▸ RECORDED INFORMATION:
>>>

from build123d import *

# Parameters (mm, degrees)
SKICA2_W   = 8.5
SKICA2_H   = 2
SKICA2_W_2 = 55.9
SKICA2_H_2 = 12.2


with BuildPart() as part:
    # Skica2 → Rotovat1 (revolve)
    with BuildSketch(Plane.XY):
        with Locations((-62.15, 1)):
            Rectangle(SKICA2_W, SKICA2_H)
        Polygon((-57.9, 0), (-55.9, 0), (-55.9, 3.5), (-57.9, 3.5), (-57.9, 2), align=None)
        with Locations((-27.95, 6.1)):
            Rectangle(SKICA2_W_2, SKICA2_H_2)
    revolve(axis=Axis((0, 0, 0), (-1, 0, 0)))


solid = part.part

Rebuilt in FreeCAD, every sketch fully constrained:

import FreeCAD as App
import Part
import Sketcher
from FreeCAD import Vector

doc = App.newDocument("Part")
params = doc.addObject("Spreadsheet::Sheet", "Params")
for row, (alias, value) in enumerate([
    ("sketch1_width", "2 mm"),
    ("sketch1_width2", "66.4 mm"),
    ("sketch1_width3", "55.9 mm"),
    ("sketch1_height", "12.2 mm"),
    ("sketch1_height2", "8.7 mm"),
    ("revolution_angle", "360 deg"),
], start=1):
    params.set(f"A{row}", alias)
    params.set(f"B{row}", "=" + value)
    params.setAlias(f"B{row}", alias)

body = doc.addObject("PartDesign::Body", "Body")

# Sketch on XY plane
sketch1 = body.newObject("Sketcher::SketchObject", "Sketch")
sketch1.AttachmentSupport = (doc.getObject("XY_Plane"), [""])
sketch1.MapMode = "FlatFace"
sketch1.addGeometry([
    Part.LineSegment(Vector(-66.4, 2, 0), Vector(-66.4, 0, 0)),  # 0
    Part.LineSegment(Vector(-66.4, 0, 0), Vector(0, 0, 0)),  # 1
    Part.LineSegment(Vector(0, 0, 0), Vector(0, 12.2, 0)),  # 2
    Part.LineSegment(Vector(0, 12.2, 0), Vector(-55.9, 12.2, 0)),  # 3
    Part.LineSegment(Vector(-55.9, 12.2, 0), Vector(-55.9, 3.5, 0)),  # 4
    Part.LineSegment(Vector(-55.9, 3.5, 0), Vector(-57.9, 3.5, 0)),  # 5
    Part.LineSegment(Vector(-57.9, 3.5, 0), Vector(-57.9, 2, 0)),  # 6
    Part.LineSegment(Vector(-57.9, 2, 0), Vector(-66.4, 2, 0)),  # 7
], False)
sketch1.addConstraint([
    Sketcher.Constraint("Coincident", 0, 2, 1, 1),
    Sketcher.Constraint("Coincident", 1, 2, 2, 1),
    Sketcher.Constraint("Coincident", 2, 2, 3, 1),
    Sketcher.Constraint("Coincident", 3, 2, 4, 1),
    Sketcher.Constraint("Coincident", 4, 2, 5, 1),
    Sketcher.Constraint("Coincident", 5, 2, 6, 1),
    Sketcher.Constraint("Coincident", 6, 2, 7, 1),
    Sketcher.Constraint("Coincident", 7, 2, 0, 1),
    Sketcher.Constraint("Vertical", 0),
    Sketcher.Constraint("Horizontal", 1),
    Sketcher.Constraint("Vertical", 2),
    Sketcher.Constraint("Horizontal", 3),
    Sketcher.Constraint("Vertical", 4),
    Sketcher.Constraint("Horizontal", 5),
    Sketcher.Constraint("Vertical", 6),
    Sketcher.Constraint("Horizontal", 7),
    Sketcher.Constraint("Coincident", 1, 2, -1, 1),
    Sketcher.Constraint("Equal", 5, 0),
    Sketcher.Constraint("DistanceX", 5, 2, 5, 1, 2.0),
    Sketcher.Constraint("DistanceX", 1, 1, 1, 2, 66.4),
    Sketcher.Constraint("DistanceX", 3, 2, 3, 1, 55.9),
    Sketcher.Constraint("DistanceY", 2, 1, 2, 2, 12.2),
    Sketcher.Constraint("DistanceY", 4, 2, 4, 1, 8.7),
])
sketch1.setExpression("Constraints[18]", "Params.sketch1_width")
sketch1.setExpression("Constraints[19]", "Params.sketch1_width2")
sketch1.setExpression("Constraints[20]", "Params.sketch1_width3")
sketch1.setExpression("Constraints[21]", "Params.sketch1_height")
sketch1.setExpression("Constraints[22]", "Params.sketch1_height2")
revolution = body.newObject("PartDesign::Revolution", "Revolution")
revolution.Profile = sketch1
revolution.ReferenceAxis = (sketch1, ["H_Axis"])
revolution.setExpression("Angle", "Params.revolution_angle")

doc.recompute()
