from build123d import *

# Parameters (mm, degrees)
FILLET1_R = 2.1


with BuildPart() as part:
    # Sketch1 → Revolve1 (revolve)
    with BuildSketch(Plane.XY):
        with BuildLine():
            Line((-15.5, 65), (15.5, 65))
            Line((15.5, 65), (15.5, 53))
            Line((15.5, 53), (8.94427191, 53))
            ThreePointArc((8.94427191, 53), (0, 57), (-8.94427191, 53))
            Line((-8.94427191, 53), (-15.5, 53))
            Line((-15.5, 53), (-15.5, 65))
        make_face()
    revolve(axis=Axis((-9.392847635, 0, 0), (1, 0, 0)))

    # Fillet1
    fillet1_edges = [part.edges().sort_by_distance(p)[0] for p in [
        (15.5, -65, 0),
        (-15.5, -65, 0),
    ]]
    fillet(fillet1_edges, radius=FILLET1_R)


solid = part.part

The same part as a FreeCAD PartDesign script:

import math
import FreeCAD as App
import Part
import Sketcher

V = App.Vector
Q = App.Units.Quantity


def edges_at(feature, points):
    """Names of the edges that pass closest to the given points."""
    edges = feature.Shape.Edges
    near = lambda p: min(range(len(edges)), key=lambda i: edges[i].distToShape(Part.Vertex(*p))[0])
    return sorted({f"Edge{near(p) + 1}" for p in points})

doc = App.newDocument("Part")
body = doc.addObject("PartDesign::Body", "Body")

sketch1 = body.newObject("Sketcher::SketchObject", "Sketch")
sketch1.AttachmentSupport = (doc.getObject("XY_Plane"), [""])
sketch1.MapMode = "FlatFace"
sketch1.addGeometry(Part.LineSegment(V(16, 65, 0), V(-16, 65, 0)), False)
sketch1.addGeometry(Part.LineSegment(V(-16, 65, 0), V(-16, 53, 0)), False)
sketch1.addGeometry(Part.LineSegment(V(-16, 53, 0), V(-9, 53, 0)), False)
sketch1.addGeometry(Part.ArcOfCircle(Part.Circle(V(0, 45, 0), V(0, 0, 1), 12), math.radians(42), math.radians(138)), False)
sketch1.addGeometry(Part.LineSegment(V(9, 53, 0), V(16, 53, 0)), False)
sketch1.addGeometry(Part.LineSegment(V(16, 53, 0), V(16, 65, 0)), False)
sketch1.addConstraint(Sketcher.Constraint("Coincident", 0, 2, 1, 1))
sketch1.addConstraint(Sketcher.Constraint("Coincident", 1, 2, 2, 1))
sketch1.addConstraint(Sketcher.Constraint("Coincident", 2, 2, 3, 2))
sketch1.addConstraint(Sketcher.Constraint("Coincident", 3, 1, 4, 1))
sketch1.addConstraint(Sketcher.Constraint("Coincident", 4, 2, 5, 1))
sketch1.addConstraint(Sketcher.Constraint("Coincident", 5, 2, 0, 1))
sketch1.addConstraint(Sketcher.Constraint("Horizontal", 0))
sketch1.addConstraint(Sketcher.Constraint("Vertical", 1))
sketch1.addConstraint(Sketcher.Constraint("Horizontal", 2))
sketch1.addConstraint(Sketcher.Constraint("Horizontal", 4))
sketch1.addConstraint(Sketcher.Constraint("Vertical", 5))
sketch1.addConstraint(Sketcher.Constraint("Symmetric", 2, 2, 3, 1, -2))
sketch1.addConstraint(Sketcher.Constraint("Equal", 2, 4))
sketch1.addConstraint(Sketcher.Constraint("Radius", 3, Q("12 mm")))
sketch1.addConstraint(Sketcher.Constraint("DistanceX", 0, 2, 0, 1, Q("31 mm")))
sketch1.addConstraint(Sketcher.Constraint("DistanceY", 1, 2, 1, 1, Q("12 mm")))
sketch1.addConstraint(Sketcher.Constraint("DistanceY", -1, 1, 3, 3, Q("45 mm")))
sketch1.addConstraint(Sketcher.Constraint("DistanceY", -1, 1, 0, 2, Q("65 mm")))
revolution = body.newObject("PartDesign::Revolution", "Revolution")
revolution.Profile = sketch1
revolution.ReferenceAxis = (sketch1, ["H_Axis"])
revolution.Angle = 360
doc.recompute()

fillet = body.newObject("PartDesign::Fillet", "Fillet")
fillet.Base = (revolution, edges_at(revolution, [(15.5, -65, 0), (-15.5, -65, 0)]))
fillet.Radius = 2.1

doc.recompute()
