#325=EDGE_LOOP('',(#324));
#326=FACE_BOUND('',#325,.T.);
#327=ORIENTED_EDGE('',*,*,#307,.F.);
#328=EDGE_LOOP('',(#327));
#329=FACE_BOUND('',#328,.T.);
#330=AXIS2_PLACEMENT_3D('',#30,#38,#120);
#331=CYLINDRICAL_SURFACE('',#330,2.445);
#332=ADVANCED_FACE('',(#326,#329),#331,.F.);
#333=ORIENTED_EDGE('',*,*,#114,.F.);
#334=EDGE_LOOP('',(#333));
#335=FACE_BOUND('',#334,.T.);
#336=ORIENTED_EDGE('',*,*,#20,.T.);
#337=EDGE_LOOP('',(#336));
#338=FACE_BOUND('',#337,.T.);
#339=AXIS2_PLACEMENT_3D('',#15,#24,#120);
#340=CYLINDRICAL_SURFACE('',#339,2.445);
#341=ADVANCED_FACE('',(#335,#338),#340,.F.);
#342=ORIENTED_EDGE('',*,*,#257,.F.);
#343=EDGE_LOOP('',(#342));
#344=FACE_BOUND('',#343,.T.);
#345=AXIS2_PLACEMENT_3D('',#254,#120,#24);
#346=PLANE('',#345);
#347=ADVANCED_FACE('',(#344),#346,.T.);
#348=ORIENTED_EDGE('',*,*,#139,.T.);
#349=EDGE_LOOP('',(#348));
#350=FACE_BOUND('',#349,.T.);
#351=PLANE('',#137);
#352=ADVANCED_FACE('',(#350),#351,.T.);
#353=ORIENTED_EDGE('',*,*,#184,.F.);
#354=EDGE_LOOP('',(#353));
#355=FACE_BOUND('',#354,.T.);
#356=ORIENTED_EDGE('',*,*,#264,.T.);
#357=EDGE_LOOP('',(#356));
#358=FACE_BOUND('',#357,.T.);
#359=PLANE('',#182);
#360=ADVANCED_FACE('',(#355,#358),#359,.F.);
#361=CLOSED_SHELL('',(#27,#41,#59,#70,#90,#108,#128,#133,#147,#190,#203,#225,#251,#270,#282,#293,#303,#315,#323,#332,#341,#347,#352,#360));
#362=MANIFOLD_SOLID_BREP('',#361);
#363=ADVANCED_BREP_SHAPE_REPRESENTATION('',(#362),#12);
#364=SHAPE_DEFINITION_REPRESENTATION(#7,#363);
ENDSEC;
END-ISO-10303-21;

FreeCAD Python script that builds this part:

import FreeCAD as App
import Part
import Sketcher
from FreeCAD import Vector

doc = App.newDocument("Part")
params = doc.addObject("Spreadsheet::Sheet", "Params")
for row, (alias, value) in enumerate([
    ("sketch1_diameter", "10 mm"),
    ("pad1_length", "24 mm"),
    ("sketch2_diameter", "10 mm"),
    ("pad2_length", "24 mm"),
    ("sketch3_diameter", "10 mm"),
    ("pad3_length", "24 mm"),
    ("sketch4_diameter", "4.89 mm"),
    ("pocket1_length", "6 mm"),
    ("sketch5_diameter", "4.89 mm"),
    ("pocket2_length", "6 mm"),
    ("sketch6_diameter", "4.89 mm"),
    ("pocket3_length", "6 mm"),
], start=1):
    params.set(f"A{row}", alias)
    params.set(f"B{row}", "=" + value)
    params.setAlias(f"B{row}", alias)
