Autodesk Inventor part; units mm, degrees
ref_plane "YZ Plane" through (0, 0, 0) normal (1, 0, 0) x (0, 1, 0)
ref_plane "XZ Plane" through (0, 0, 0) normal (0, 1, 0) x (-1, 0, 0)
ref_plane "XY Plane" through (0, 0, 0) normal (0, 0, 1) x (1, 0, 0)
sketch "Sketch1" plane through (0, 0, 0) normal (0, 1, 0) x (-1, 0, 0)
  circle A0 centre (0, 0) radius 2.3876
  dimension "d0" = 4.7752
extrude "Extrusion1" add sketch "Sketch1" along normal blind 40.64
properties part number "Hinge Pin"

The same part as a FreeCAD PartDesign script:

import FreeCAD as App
import Part
import Sketcher
Q = App.Units.Quantity

doc = App.newDocument("Part")
body = doc.addObject("PartDesign::Body", "Body")

sketch1 = body.newObject("Sketcher::SketchObject", "Sketch")
sketch1.AttachmentSupport = (doc.getObject("XZ_Plane"), [""])
sketch1.MapMode = "FlatFace"
sketch1.addGeometry(Part.Circle(App.Vector(0, 0, 0), App.Vector(0, 0, 1), 2.3876), False)
sketch1.addConstraint([
    Sketcher.Constraint("Coincident", 0, 3, -1, 1),
    Sketcher.Constraint("Diameter", 0, Q("0.188 in")),
])
pad1 = body.newObject("PartDesign::Pad", "Pad")
pad1.Profile = sketch1
pad1.Length = Q("1.6 in")
pad1.Reversed = True

doc.recompute()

<<<

Using the records above, copy word for word the line with "Line((-15.5, 65), (15.5, 65))", the line with "Line((-8.94427191, 53), (-15.5, 53))", and every line between them.

            Line((-15.5, 65), (15.5, 65))
            Line((15.5, 65), (15.5, 53))
            Line((15.5, 53), (8.94427191, 53))
            ThreePointArc((8.94427191, 53), (0, 57), (-8.94427191, 53))
            Line((-8.94427191, 53), (-15.5, 53))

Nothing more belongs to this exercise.